Roch Guérin
Washington University. Harold B. and Adelaide G. Welge Professor & Chair of Computer Science and Engineering
Internet-of-Things (IoT) tends to mean different things to different people in part because, as a term, it is generic and broadly refers to the shift from a human-centric to a machine-centric Internet. While connecting machines/things to the Internet is not new (computers were arguably among the first Internet users), what is new is the sheer number of those devices and the fact that they are much more than simple data sources. Instead and in spite of their many different form factors, they are often full-scale compute platforms, albeit of varying capabilities. This creates a number of challenges, but there are two that are particularly significant because of their complexity and implications.
First, the sheer number of data sources coupled to the seemingly ubiquitous distribution of those sources mean that we are faced with an increased imbalance between where the data and traditional compute resources reside.
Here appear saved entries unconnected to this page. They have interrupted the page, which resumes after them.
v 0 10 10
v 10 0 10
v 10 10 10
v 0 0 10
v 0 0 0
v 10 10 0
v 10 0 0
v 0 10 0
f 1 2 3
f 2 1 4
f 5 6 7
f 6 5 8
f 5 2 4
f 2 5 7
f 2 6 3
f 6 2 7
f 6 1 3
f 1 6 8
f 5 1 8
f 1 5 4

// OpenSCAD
// Generated by SolidPython 1.1.3 on 2023-05-27 12:03:14


cube(size = 10);
/***********************************************
*********      SolidPython code:      **********
************************************************
 
from solid import *
from solid.utils import *
import pathlib


def main():
    c = cube(10)

    scad_render_to_file(c, pathlib.Path(__file__).parent / 'cube.scad')


if __name__ == '__main__':
    main()
 
 
************************************************/
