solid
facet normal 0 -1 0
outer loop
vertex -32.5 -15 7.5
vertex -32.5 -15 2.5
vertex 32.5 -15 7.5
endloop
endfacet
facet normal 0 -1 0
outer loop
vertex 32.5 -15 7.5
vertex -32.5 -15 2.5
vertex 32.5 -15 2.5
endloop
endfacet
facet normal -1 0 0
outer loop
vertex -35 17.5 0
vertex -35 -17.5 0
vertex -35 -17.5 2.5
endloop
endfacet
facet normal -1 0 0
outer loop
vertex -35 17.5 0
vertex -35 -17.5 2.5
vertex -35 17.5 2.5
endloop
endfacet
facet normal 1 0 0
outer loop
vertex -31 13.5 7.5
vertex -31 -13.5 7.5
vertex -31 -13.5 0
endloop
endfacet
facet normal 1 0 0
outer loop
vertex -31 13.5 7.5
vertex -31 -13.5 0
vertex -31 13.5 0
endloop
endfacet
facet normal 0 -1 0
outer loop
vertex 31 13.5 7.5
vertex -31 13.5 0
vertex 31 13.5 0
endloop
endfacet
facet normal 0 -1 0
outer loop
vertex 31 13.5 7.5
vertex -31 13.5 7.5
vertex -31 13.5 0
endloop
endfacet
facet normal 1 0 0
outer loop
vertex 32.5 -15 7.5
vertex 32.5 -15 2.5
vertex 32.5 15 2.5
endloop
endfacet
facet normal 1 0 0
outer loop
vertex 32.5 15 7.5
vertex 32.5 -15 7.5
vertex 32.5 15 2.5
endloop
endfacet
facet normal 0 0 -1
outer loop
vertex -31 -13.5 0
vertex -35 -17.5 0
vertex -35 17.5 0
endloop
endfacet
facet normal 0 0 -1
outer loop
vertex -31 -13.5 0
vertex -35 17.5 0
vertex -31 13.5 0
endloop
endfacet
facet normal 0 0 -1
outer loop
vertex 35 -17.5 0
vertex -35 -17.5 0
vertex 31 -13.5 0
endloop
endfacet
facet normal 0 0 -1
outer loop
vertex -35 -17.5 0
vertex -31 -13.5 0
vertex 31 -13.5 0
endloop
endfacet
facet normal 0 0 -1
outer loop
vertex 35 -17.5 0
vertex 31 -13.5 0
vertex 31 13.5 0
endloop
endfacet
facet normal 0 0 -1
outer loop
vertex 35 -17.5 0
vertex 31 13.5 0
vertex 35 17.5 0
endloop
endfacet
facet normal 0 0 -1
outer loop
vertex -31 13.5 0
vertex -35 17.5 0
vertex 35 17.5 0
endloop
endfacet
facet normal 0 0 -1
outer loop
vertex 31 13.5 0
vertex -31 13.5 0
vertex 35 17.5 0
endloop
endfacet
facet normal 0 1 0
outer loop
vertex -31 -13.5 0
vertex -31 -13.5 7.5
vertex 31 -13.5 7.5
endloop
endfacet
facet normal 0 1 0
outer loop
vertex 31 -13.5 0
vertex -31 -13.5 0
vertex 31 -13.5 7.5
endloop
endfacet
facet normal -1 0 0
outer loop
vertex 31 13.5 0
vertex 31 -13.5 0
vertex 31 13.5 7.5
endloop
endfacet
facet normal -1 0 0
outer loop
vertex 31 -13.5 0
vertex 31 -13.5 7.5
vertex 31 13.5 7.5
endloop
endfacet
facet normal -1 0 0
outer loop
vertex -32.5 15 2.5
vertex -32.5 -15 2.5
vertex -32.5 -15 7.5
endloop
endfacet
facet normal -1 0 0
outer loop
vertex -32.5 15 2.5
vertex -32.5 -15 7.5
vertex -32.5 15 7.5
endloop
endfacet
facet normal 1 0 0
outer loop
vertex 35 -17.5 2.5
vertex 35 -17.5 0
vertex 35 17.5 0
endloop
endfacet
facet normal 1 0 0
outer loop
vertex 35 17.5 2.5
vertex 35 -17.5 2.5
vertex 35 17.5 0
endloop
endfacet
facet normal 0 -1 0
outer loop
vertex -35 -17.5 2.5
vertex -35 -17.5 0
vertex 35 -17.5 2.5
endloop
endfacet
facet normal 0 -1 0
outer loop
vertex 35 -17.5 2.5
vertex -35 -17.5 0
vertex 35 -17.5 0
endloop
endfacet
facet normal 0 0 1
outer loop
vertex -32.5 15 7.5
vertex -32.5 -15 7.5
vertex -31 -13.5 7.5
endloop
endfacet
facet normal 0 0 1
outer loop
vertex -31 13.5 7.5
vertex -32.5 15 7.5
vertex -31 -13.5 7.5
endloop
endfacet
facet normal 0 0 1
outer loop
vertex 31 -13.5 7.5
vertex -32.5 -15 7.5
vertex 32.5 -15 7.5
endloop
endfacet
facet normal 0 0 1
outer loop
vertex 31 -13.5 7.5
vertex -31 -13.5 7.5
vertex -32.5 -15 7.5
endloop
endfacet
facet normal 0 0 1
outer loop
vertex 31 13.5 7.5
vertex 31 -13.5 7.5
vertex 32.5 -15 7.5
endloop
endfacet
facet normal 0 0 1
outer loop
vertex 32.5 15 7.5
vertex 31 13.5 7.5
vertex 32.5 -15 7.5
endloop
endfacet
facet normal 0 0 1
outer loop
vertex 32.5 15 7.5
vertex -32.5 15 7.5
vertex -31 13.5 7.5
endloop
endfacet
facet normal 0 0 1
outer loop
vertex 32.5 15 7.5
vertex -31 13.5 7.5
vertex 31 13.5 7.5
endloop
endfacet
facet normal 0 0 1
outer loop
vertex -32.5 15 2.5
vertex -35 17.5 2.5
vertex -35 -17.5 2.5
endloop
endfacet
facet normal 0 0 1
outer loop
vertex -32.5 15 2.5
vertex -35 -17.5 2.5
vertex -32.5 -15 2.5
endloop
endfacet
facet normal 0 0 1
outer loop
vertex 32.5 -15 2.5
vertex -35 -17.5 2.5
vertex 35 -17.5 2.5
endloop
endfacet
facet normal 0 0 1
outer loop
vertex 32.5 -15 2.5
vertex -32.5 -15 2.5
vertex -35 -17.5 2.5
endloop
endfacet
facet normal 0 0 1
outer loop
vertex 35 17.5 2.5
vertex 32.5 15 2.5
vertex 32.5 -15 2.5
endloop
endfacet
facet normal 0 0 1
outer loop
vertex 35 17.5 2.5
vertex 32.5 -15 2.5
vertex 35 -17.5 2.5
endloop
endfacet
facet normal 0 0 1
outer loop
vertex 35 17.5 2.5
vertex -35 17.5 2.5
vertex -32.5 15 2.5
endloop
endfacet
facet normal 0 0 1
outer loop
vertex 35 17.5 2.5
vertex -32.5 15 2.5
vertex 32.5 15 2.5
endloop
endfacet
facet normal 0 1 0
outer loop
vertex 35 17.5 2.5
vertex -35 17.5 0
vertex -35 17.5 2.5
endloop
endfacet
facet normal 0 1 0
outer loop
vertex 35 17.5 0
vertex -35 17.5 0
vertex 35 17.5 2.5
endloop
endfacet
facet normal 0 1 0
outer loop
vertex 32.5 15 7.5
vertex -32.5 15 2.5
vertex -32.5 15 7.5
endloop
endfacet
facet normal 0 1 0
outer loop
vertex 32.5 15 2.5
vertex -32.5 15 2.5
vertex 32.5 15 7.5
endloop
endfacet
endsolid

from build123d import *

# Parameters (mm, degrees)
F0_W     = 70
F0_H     = 35
F1_DEPTH = 2.5
F2_W     = 65
F2_H     = 30
F2_W_2   = 62
F2_H_2   = 27
F3_DEPTH = 5
F4_DEPTH = 2.5


# Not quite as in the source:
# - the program builds the solid bodies; features that only make, move or delete a surface that nothing else refers to are left out


with BuildPart() as f1:
    # F0 (on Top) → F1 (new body)
    with BuildSketch(Plane.XY):
        Rectangle(F0_W, F0_H)
    extrude(amount=F1_DEPTH)

    # F2 (on face) → F3 (join)
    with BuildSketch(Plane.XY.offset(2.5)):
        Rectangle(F2_W, F2_H)
        Rectangle(F2_W_2, F2_H_2, mode=Mode.SUBTRACT)
    extrude(amount=F3_DEPTH)

    # F4 (cut, through all): a face of the model
    f4_faces = [f1.faces().sort_by_distance(p)[0] for p in [
        (0, 0, 2.5),
    ]]
    extrude(f4_faces, amount=-F4_DEPTH, mode=Mode.SUBTRACT)


solid = f1.part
Addressing this imbalance calls for leveraging whatever computing is available wherever it is. However, heterogeneity across both computational tasks and computational resources creates a highly complex distributed computation challenge. What should be computed where, what is the right trade-off between communication and computations, how should computations be structured (broken-up) to best take advantage of available local resources, how do we account for both resources and timeliness constraints, etc.? Tackling those many inter-dependent questions is both an opportunity and a major obstacle in realizing the full benefits of an IoT-powered environment.
The second and possibly much more pernicious challenge stems from the many security and privacy implications that IoT raises. Our track record in controlling data usage from a single source is at best poor, and so how can we hope to understand and manage the use of data acquired and consumed in so many different places more often than not without anyone being fully aware of it. Conversely, with many services depending on the continuous availability of different (IoT) data sources, the attack surface of those services dwarfs that of even today’s most complex systems. Without a comprehensive and principled approach to those questions, we run the risk of both distrust in IoT systems and their exploitation to highly disruptive ends. Failure on either front could severely curtail the anticipated growth of the IoT ecosystem.